Give back exactly the lines of the material below, starting with the line with "#357=FACE_BOUND('',#356,.F.);" and going on through the line with "#368=ADVANCED_FACE('',(#367),#44,.F.);".

++++

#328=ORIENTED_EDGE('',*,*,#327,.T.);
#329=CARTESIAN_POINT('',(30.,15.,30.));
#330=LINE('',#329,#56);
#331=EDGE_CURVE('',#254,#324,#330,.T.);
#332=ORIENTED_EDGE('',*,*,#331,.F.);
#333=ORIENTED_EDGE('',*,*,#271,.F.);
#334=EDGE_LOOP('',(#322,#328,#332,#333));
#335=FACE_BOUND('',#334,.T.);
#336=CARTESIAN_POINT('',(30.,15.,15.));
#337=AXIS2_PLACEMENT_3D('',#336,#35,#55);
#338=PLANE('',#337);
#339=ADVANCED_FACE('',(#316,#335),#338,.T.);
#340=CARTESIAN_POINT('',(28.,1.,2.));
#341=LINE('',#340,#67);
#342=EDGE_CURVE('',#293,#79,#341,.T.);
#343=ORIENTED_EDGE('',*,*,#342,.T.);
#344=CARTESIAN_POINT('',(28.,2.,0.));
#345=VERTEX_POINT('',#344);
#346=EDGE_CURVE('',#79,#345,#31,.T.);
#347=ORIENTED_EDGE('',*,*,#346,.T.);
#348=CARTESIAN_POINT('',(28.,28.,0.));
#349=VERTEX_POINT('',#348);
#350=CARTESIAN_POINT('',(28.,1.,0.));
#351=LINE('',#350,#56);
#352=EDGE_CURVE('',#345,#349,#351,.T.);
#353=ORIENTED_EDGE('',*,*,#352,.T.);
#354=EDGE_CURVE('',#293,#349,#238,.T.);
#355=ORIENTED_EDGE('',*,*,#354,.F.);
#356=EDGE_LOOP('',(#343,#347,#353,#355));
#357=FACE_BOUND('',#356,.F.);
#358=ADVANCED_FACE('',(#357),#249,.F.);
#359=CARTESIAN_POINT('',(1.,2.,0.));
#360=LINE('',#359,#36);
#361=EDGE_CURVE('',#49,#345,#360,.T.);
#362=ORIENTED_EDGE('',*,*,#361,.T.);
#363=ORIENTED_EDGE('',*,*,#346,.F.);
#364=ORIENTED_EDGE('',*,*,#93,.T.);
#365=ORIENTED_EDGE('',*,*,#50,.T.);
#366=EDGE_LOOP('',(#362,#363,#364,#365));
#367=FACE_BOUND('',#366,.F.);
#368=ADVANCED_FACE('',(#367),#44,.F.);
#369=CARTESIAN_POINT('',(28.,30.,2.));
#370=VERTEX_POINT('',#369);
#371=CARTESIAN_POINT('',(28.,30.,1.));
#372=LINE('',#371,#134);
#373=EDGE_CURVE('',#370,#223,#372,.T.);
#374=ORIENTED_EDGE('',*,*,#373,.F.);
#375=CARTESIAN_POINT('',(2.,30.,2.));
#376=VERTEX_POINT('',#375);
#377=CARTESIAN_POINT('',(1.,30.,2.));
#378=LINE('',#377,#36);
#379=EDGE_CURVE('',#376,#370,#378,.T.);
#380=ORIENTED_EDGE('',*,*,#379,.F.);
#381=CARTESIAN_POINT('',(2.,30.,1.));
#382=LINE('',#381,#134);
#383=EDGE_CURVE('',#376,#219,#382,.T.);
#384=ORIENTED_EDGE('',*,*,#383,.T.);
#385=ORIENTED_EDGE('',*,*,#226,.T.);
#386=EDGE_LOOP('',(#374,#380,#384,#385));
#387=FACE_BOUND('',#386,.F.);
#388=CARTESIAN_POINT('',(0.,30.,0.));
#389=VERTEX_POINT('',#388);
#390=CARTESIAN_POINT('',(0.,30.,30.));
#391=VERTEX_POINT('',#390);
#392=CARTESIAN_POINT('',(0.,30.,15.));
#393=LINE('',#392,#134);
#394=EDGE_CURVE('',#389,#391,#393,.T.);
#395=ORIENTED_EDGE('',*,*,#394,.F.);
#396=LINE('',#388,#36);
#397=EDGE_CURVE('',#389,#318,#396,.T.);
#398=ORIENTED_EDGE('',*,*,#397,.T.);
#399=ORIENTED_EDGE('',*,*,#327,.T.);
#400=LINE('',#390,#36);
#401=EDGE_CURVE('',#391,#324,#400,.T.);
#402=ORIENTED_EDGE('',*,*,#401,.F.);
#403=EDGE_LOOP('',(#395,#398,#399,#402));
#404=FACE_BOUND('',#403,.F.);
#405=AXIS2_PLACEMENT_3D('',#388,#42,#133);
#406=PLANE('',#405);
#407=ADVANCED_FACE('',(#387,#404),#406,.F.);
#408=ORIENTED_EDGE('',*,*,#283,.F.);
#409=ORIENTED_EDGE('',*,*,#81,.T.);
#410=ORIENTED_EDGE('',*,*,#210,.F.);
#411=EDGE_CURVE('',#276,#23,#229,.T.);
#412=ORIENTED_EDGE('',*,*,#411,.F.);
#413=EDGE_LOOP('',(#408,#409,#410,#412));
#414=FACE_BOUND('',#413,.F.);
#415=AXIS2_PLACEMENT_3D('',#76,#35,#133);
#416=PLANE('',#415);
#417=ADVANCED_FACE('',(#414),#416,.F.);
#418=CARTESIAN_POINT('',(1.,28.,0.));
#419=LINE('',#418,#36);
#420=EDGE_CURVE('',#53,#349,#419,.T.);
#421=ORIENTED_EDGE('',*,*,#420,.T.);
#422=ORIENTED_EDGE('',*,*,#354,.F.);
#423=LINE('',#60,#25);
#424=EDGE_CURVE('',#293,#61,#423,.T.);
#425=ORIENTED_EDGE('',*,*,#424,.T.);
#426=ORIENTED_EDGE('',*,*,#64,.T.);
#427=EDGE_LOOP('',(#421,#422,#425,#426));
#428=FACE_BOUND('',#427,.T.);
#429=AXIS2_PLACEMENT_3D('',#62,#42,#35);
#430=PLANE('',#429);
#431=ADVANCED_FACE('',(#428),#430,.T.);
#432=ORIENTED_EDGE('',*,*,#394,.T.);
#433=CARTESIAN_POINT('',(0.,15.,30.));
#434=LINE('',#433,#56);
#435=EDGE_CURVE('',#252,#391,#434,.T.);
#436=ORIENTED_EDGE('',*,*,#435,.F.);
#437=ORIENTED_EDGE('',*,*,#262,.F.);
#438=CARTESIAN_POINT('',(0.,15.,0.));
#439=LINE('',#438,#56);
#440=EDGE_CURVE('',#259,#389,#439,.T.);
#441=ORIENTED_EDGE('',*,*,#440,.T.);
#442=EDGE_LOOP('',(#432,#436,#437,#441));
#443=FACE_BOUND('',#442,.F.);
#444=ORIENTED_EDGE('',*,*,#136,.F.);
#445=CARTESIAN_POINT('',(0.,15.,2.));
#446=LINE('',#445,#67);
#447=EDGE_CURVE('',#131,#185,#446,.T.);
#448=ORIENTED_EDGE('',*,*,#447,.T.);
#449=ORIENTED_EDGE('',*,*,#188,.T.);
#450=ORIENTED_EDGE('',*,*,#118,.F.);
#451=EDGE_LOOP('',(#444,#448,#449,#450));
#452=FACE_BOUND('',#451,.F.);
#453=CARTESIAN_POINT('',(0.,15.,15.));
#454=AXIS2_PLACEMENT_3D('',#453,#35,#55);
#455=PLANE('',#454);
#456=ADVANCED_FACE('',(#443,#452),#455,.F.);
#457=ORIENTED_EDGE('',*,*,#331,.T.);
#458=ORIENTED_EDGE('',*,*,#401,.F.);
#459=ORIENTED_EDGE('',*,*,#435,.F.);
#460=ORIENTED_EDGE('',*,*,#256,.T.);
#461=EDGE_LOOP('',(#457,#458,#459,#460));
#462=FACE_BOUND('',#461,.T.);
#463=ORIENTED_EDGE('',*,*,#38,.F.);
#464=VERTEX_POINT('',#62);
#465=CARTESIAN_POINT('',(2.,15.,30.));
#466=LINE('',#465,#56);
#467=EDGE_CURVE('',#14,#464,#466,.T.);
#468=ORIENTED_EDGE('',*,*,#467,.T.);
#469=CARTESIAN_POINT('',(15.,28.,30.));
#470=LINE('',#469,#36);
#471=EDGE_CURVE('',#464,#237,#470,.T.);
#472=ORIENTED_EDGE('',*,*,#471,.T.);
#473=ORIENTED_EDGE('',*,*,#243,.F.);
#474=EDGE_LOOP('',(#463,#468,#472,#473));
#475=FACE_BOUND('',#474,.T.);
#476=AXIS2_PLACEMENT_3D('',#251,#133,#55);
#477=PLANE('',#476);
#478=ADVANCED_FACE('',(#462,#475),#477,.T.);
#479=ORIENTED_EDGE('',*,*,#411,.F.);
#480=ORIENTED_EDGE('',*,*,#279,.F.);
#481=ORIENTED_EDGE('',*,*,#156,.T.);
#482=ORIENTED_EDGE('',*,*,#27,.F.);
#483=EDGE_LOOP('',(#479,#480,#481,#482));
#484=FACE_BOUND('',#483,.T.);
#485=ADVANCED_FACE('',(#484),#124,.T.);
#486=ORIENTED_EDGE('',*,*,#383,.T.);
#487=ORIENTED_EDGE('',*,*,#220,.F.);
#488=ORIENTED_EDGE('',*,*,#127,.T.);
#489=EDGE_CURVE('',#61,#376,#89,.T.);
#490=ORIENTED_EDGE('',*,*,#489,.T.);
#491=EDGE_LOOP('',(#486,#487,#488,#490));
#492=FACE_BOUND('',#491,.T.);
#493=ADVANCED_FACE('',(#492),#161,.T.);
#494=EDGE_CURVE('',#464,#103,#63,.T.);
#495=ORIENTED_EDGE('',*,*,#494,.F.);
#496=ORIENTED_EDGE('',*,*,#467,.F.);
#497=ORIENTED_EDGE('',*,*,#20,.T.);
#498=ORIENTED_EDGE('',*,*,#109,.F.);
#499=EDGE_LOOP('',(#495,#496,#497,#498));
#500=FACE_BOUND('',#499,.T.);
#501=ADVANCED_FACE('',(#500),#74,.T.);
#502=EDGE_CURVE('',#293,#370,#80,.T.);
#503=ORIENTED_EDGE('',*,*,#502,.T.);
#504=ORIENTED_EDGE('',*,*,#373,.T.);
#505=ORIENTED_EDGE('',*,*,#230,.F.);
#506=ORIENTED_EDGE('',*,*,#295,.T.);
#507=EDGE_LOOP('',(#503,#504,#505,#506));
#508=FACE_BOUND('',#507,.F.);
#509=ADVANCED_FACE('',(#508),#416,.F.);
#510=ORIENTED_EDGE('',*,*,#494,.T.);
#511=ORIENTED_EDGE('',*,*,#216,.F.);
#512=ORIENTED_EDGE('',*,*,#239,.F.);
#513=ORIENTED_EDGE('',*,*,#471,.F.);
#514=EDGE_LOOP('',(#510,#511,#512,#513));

++++

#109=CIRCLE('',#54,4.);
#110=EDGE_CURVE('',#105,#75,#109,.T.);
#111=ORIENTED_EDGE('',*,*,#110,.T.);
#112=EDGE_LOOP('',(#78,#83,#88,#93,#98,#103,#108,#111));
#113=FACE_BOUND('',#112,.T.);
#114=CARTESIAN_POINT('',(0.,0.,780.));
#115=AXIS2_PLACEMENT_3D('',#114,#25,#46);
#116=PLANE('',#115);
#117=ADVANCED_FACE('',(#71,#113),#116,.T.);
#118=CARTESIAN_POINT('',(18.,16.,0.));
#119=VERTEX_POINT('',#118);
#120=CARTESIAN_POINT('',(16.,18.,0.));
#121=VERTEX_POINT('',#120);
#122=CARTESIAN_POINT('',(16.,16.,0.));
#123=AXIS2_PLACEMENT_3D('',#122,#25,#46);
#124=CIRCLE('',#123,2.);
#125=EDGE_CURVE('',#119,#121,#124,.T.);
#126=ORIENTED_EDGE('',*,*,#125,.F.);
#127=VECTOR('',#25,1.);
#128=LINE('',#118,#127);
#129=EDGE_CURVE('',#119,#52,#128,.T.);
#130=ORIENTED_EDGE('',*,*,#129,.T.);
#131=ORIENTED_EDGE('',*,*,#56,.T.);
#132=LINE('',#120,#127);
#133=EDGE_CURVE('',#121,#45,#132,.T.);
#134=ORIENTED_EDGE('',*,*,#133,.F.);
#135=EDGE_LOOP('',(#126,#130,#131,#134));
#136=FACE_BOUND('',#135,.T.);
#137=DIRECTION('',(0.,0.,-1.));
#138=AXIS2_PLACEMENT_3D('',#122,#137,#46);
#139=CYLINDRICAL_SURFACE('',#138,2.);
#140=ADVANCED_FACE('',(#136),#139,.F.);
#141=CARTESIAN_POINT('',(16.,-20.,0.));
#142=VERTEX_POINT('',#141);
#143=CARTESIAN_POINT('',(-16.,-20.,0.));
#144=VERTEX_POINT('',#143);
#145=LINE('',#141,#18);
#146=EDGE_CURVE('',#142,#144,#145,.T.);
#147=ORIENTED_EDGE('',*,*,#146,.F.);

++++

**Output of the task:**
#357=FACE_BOUND('',#356,.F.);
#358=ADVANCED_FACE('',(#357),#249,.F.);
#359=CARTESIAN_POINT('',(1.,2.,0.));
#360=LINE('',#359,#36);
#361=EDGE_CURVE('',#49,#345,#360,.T.);
#362=ORIENTED_EDGE('',*,*,#361,.T.);
#363=ORIENTED_EDGE('',*,*,#346,.F.);
#364=ORIENTED_EDGE('',*,*,#93,.T.);
#365=ORIENTED_EDGE('',*,*,#50,.T.);
#366=EDGE_LOOP('',(#362,#363,#364,#365));
#367=FACE_BOUND('',#366,.F.);
#368=ADVANCED_FACE('',(#367),#44,.F.);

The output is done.